**Material supplied:**
-*-*-

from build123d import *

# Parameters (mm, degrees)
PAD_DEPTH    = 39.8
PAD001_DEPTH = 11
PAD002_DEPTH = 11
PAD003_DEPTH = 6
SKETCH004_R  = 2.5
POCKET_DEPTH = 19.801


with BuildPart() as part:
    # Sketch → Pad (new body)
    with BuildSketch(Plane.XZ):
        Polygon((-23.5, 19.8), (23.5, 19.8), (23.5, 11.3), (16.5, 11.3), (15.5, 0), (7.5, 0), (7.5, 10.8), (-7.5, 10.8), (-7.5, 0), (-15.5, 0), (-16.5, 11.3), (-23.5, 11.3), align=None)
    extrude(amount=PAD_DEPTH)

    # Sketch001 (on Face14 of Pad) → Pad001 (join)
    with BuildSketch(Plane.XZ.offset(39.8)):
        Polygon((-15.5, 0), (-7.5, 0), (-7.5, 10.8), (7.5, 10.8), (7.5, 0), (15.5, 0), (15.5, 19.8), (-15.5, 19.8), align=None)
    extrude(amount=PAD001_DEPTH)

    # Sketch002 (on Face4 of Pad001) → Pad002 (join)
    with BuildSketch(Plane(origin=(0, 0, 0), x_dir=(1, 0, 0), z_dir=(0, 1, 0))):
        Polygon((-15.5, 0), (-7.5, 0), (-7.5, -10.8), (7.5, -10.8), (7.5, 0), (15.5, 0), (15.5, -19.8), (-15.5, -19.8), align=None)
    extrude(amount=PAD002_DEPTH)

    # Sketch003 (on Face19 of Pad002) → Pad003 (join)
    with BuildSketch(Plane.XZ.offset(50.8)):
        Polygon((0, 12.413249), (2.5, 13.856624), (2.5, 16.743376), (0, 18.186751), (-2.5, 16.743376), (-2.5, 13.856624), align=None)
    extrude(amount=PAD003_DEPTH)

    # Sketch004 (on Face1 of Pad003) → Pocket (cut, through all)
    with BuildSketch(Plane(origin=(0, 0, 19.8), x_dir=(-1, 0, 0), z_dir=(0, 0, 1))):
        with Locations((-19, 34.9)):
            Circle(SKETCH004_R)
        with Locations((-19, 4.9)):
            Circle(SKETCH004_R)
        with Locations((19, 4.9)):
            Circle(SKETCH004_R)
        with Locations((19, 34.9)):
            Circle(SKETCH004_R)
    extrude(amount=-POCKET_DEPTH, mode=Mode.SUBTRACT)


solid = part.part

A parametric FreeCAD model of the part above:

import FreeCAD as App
import Part
import Sketcher
Q = App.Units.Quantity

doc = App.newDocument("Part")
body = doc.addObject("PartDesign::Body", "Body")

sketch1 = body.newObject("Sketcher::SketchObject", "Sketch")
sketch1.AttachmentSupport = (doc.getObject("XZ_Plane"), [""])
sketch1.MapMode = "FlatFace"
sketch1.addGeometry([
    Part.LineSegment(App.Vector(24, 20, 0), App.Vector(-24, 20, 0)),
    Part.LineSegment(App.Vector(-24, 20, 0), App.Vector(-24, 11, 0)),
    Part.LineSegment(App.Vector(-24, 11, 0), App.Vector(-16, 11, 0)),
    Part.LineSegment(App.Vector(-16, 11, 0), App.Vector(-16, 0, 0)),
    Part.LineSegment(App.Vector(-16, 0, 0), App.Vector(-8, 0, 0)),
    Part.LineSegment(App.Vector(-8, 0, 0), App.Vector(-8, 11, 0)),
    Part.LineSegment(App.Vector(-8, 11, 0), App.Vector(8, 11, 0)),
    Part.LineSegment(App.Vector(8, 11, 0), App.Vector(8, 0, 0)),
    Part.LineSegment(App.Vector(8, 0, 0), App.Vector(16, 0, 0)),
    Part.LineSegment(App.Vector(16, 0, 0), App.Vector(16, 11, 0)),
    Part.LineSegment(App.Vector(16, 11, 0), App.Vector(24, 11, 0)),
    Part.LineSegment(App.Vector(24, 11, 0), App.Vector(24, 20, 0)),
], False)
sketch1.addConstraint([
    Sketcher.Constraint("Coincident", 0, 2, 1, 1),
    Sketcher.Constraint("Coincident", 1, 2, 2, 1),
    Sketcher.Constraint("Coincident", 2, 2, 3, 1),
    Sketcher.Constraint("Coincident", 3, 2, 4, 1),
    Sketcher.Constraint("Coincident", 4, 2, 5, 1),
    Sketcher.Constraint("Coincident", 5, 2, 6, 1),
    Sketcher.Constraint("Coincident", 6, 2, 7, 1),
    Sketcher.Constraint("Coincident", 7, 2, 8, 1),
    Sketcher.Constraint("Coincident", 8, 2, 9, 1),
    Sketcher.Constraint("Coincident", 9, 2, 10, 1),
    Sketcher.Constraint("Coincident", 10, 2, 11, 1),
    Sketcher.Constraint("Coincident", 11, 2, 0, 1),
    Sketcher.Constraint("Horizontal", 0),
    Sketcher.Constraint("Vertical", 1),
    Sketcher.Constraint("Horizontal", 2),
    Sketcher.Constraint("Horizontal", 4),
    Sketcher.Constraint("Vertical", 5),
    Sketcher.Constraint("Horizontal", 6),
    Sketcher.Constraint("Vertical", 7),
    Sketcher.Constraint("Horizontal", 8),
    Sketcher.Constraint("Horizontal", 10),
    Sketcher.Constraint("Vertical", 11),
    Sketcher.Constraint("Symmetric", 4, 2, 7, 2, -1, 1),
    Sketcher.Constraint("Symmetric", 3, 2, 8, 2, -2),
    Sketcher.Constraint("Symmetric", 2, 2, 9, 2, -2),
    Sketcher.Constraint("Equal", 2, 10),
    Sketcher.Constraint("DistanceX", 0, 2, 0, 1, Q("47 mm")),
    Sketcher.Constraint("DistanceX", 2, 1, 2, 2, Q("7 mm")),
    Sketcher.Constraint("DistanceX", 4, 1, 4, 2, Q("8 mm")),
    Sketcher.Constraint("DistanceX", 6, 1, 6, 2, Q("15 mm")),
    Sketcher.Constraint("DistanceY", 1, 2, 1, 1, Q("8.5 mm")),
    Sketcher.Constraint("DistanceY", 5, 1, 5, 2, Q("10.8 mm")),
    Sketcher.Constraint("DistanceY", 5, 2, 0, 2, Q("9 mm")),
])
pad1 = body.newObject("PartDesign::Pad", "Pad")
pad1.Profile = sketch1
pad1.Length = 39.8

sketch2 = body.newObject("Sketcher::SketchObject", "Sketch001")
sketch2.AttachmentSupport = (doc.getObject("XZ_Plane"), [""])
sketch2.MapMode = "FlatFace"
sketch2.AttachmentOffset = App.Placement(App.Vector(0, 0, 39.8), App.Rotation())
sketch2.addGeometry([
    Part.LineSegment(App.Vector(-16, 0, 0), App.Vector(-8, 0, 0)),
    Part.LineSegment(App.Vector(-8, 0, 0), App.Vector(-8, 11, 0)),
    Part.LineSegment(App.Vector(-8, 11, 0), App.Vector(8, 11, 0)),
    Part.LineSegment(App.Vector(8, 11, 0), App.Vector(8, 0, 0)),
    Part.LineSegment(App.Vector(8, 0, 0), App.Vector(16, 0, 0)),
    Part.LineSegment(App.Vector(16, 0, 0), App.Vector(16, 20, 0)),
    Part.LineSegment(App.Vector(16, 20, 0), App.Vector(-16, 20, 0)),
    Part.LineSegment(App.Vector(-16, 20, 0), App.Vector(-16, 0, 0)),
], False)
sketch2.addConstraint([
    Sketcher.Constraint("Coincident", 0, 2, 1, 1),
    Sketcher.Constraint("Coincident", 1, 2, 2, 1),
    Sketcher.Constraint("Coincident", 2, 2, 3, 1),
    Sketcher.Constraint("Coincident", 3, 2, 4, 1),
    Sketcher.Constraint("Coincident", 4, 2, 5, 1),
    Sketcher.Constraint("Coincident", 5, 2, 6, 1),
    Sketcher.Constraint("Coincident", 6, 2, 7, 1),
    Sketcher.Constraint("Coincident", 7, 2, 0, 1),
    Sketcher.Constraint("Horizontal", 0),
    Sketcher.Constraint("Vertical", 1),
    Sketcher.Constraint("Horizontal", 2),
    Sketcher.Constraint("Vertical", 3),
    Sketcher.Constraint("Horizontal", 4),
    Sketcher.Constraint("Vertical", 5),
    Sketcher.Constraint("Horizontal", 6),
    Sketcher.Constraint("Vertical", 7),
    Sketcher.Constraint("Symmetric", 0, 2, 3, 2, -1, 1),
    Sketcher.Constraint("Symmetric", 4, 2, 7, 2, -2),
    Sketcher.Constraint("DistanceX", 0, 1, 0, 2, Q("8 mm")),
    Sketcher.Constraint("DistanceX", 2, 1, 2, 2, Q("15 mm")),
    Sketcher.Constraint("DistanceY", 1, 1, 1, 2, Q("10.8 mm")),
    Sketcher.Constraint("DistanceY", 5, 1, 5, 2, Q("19.8 mm")),
])
pad2 = body.newObject("PartDesign::Pad", "Pad001")
pad2.Profile = sketch2
pad2.Length = 11

sketch3 = body.newObject("Sketcher::SketchObject", "Sketch002")
sketch3.AttachmentSupport = (doc.getObject("XZ_Plane"), [""])
sketch3.MapMode = "FlatFace"
sketch3.addGeometry([
    Part.LineSegment(App.Vector(-8, 0, 0), App.Vector(-16, 0, 0)),
    Part.LineSegment(App.Vector(-16, 0, 0), App.Vector(-16, 20, 0)),
    Part.LineSegment(App.Vector(-16, 20, 0), App.Vector(16, 20, 0)),
    Part.LineSegment(App.Vector(16, 20, 0), App.Vector(16, 0, 0)),
    Part.LineSegment(App.Vector(16, 0, 0), App.Vector(8, 0, 0)),
    Part.LineSegment(App.Vector(8, 0, 0), App.Vector(8, 11, 0)),
    Part.LineSegment(App.Vector(8, 11, 0), App.Vector(-8, 11, 0)),
    Part.LineSegment(App.Vector(-8, 11, 0), App.Vector(-8, 0, 0)),
], False)
sketch3.addConstraint([
    Sketcher.Constraint("Coincident", 0, 2, 1, 1),
    Sketcher.Constraint("Coincident", 1, 2, 2, 1),
    Sketcher.Constraint("Coincident", 2, 2, 3, 1),
    Sketcher.Constraint("Coincident", 3, 2, 4, 1),
    Sketcher.Constraint("Coincident", 4, 2, 5, 1),
    Sketcher.Constraint("Coincident", 5, 2, 6, 1),
    Sketcher.Constraint("Coincident", 6, 2, 7, 1),
    Sketcher.Constraint("Coincident", 7, 2, 0, 1),
    Sketcher.Constraint("Horizontal", 0),
    Sketcher.Constraint("Vertical", 1),
    Sketcher.Constraint("Horizontal", 2),
    Sketcher.Constraint("Vertical", 3),
    Sketcher.Constraint("Horizontal", 4),
    Sketcher.Constraint("Vertical", 5),
    Sketcher.Constraint("Horizontal", 6),
    Sketcher.Constraint("Vertical", 7),
    Sketcher.Constraint("Symmetric", 0, 2, 3, 2, -1, 1),
    Sketcher.Constraint("Symmetric", 4, 2, 7, 2, -2),
    Sketcher.Constraint("DistanceX", 0, 2, 0, 1, Q("8 mm")),
    Sketcher.Constraint("DistanceX", 2, 1, 2, 2, Q("31 mm")),
    Sketcher.Constraint("DistanceY", 1, 1, 1, 2, Q("19.8 mm")),
    Sketcher.Constraint("DistanceY", 5, 1, 5, 2, Q("10.8 mm")),
])
pad3 = body.newObject("PartDesign::Pad", "Pad002")
pad3.Profile = sketch3
pad3.Length = 11
pad3.Reversed = True

sketch4 = body.newObject("Sketcher::SketchObject", "Sketch003")
sketch4.AttachmentSupport = (doc.getObject("XZ_Plane"), [""])
sketch4.MapMode = "FlatFace"
sketch4.AttachmentOffset = App.Placement(App.Vector(0, 0, 50.8), App.Rotation())
sketch4.addGeometry([
    Part.LineSegment(App.Vector(0, 12.4, 0), App.Vector(2.5, 13.9, 0)),
    Part.LineSegment(App.Vector(2.5, 13.9, 0), App.Vector(2.5, 16.7, 0)),
    Part.LineSegment(App.Vector(2.5, 16.7, 0), App.Vector(0, 18.2, 0)),
    Part.LineSegment(App.Vector(0, 18.2, 0), App.Vector(-2.5, 16.7, 0)),
    Part.LineSegment(App.Vector(-2.5, 16.7, 0), App.Vector(-2.5, 13.9, 0)),
    Part.LineSegment(App.Vector(-2.5, 13.9, 0), App.Vector(0, 12.4, 0)),
], False)
sketch4.addConstraint([
    Sketcher.Constraint("Coincident", 0, 2, 1, 1),
    Sketcher.Constraint("Coincident", 1, 2, 2, 1),
    Sketcher.Constraint("Coincident", 2, 2, 3, 1),
    Sketcher.Constraint("Coincident", 3, 2, 4, 1),
    Sketcher.Constraint("Coincident", 4, 2, 5, 1),
    Sketcher.Constraint("Coincident", 5, 2, 0, 1),
    Sketcher.Constraint("Vertical", 1),
    Sketcher.Constraint("Vertical", 4),
    Sketcher.Constraint("Symmetric", 1, 2, 3, 2, -2),
    Sketcher.Constraint("PointOnObject", 2, 2, -2),
    Sketcher.Constraint("PointOnObject", 5, 2, -2),
    Sketcher.Constraint("Parallel", 0, 3),
    Sketcher.Constraint("Parallel", 2, 5),
    Sketcher.Constraint("Angle", 0, Q("29.999988 deg")),
    Sketcher.Constraint("DistanceX", 3, 2, 1, 2, Q("5 mm")),
    Sketcher.Constraint("DistanceY", 1, 1, 1, 2, Q("2.886752 mm")),
    Sketcher.Constraint("DistanceY", -1, 1, 2, 2, Q("18.186751 mm")),
])
pad4 = body.newObject("PartDesign::Pad", "Pad003")
pad4.Profile = sketch4
pad4.Length = 6

sketch5 = body.newObject("Sketcher::SketchObject", "Sketch004")
sketch5.AttachmentSupport = (doc.getObject("XY_Plane"), [""])
sketch5.MapMode = "FlatFace"
sketch5.AttachmentOffset = App.Placement(App.Vector(0, 0, 19.8), App.Rotation())
sketch5.addGeometry([
    Part.Circle(App.Vector(19, -34.9, 0), App.Vector(0, 0, 1), 2.5),
    Part.Circle(App.Vector(19, -4.9, 0), App.Vector(0, 0, 1), 2.5),
    Part.Circle(App.Vector(-19, -4.9, 0), App.Vector(0, 0, 1), 2.5),
    Part.Circle(App.Vector(-19, -34.9, 0), App.Vector(0, 0, 1), 2.5),
], False)
sketch5.addConstraint([
    Sketcher.Constraint("Equal", 0, 1),
    Sketcher.Constraint("Equal", 1, 2),
    Sketcher.Constraint("Equal", 2, 3),
    Sketcher.Constraint("Symmetric", 1, 3, 2, 3, -2),
    Sketcher.Constraint("Symmetric", 0, 3, 3, 3, -2),
    Sketcher.Constraint("Vertical", 0, 3, 1, 3),
    Sketcher.Constraint("Diameter", 0, Q("5 mm")),
    Sketcher.Constraint("DistanceX", -1, 1, 0, 3, Q("19 mm")),
    Sketcher.Constraint("DistanceY", 0, 3, 1, 3, Q("30 mm")),
    Sketcher.Constraint("DistanceY", 0, 3, -1, 1, Q("34.9 mm")),
])
pocket1 = body.newObject("PartDesign::Pocket", "Pocket")
pocket1.Profile = sketch5
pocket1.Type = "ThroughAll"

doc.recompute()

-*-*-

Go through the listing above and write out exactly the lines starting with the one holding "(-15.5, -19.8), align=None)" and running through the one holding "extrude(amount=PAD003_DEPTH)", ends included, and no others.

        Polygon((-15.5, 0), (-7.5, 0), (-7.5, -10.8), (7.5, -10.8), (7.5, 0), (15.5, 0), (15.5, -19.8), (-15.5, -19.8), align=None)
    extrude(amount=PAD002_DEPTH)

    # Sketch003 (on Face19 of Pad002) → Pad003 (join)
    with BuildSketch(Plane.XZ.offset(50.8)):
        Polygon((0, 12.413249), (2.5, 13.856624), (2.5, 16.743376), (0, 18.186751), (-2.5, 16.743376), (-2.5, 13.856624), align=None)
    extrude(amount=PAD003_DEPTH)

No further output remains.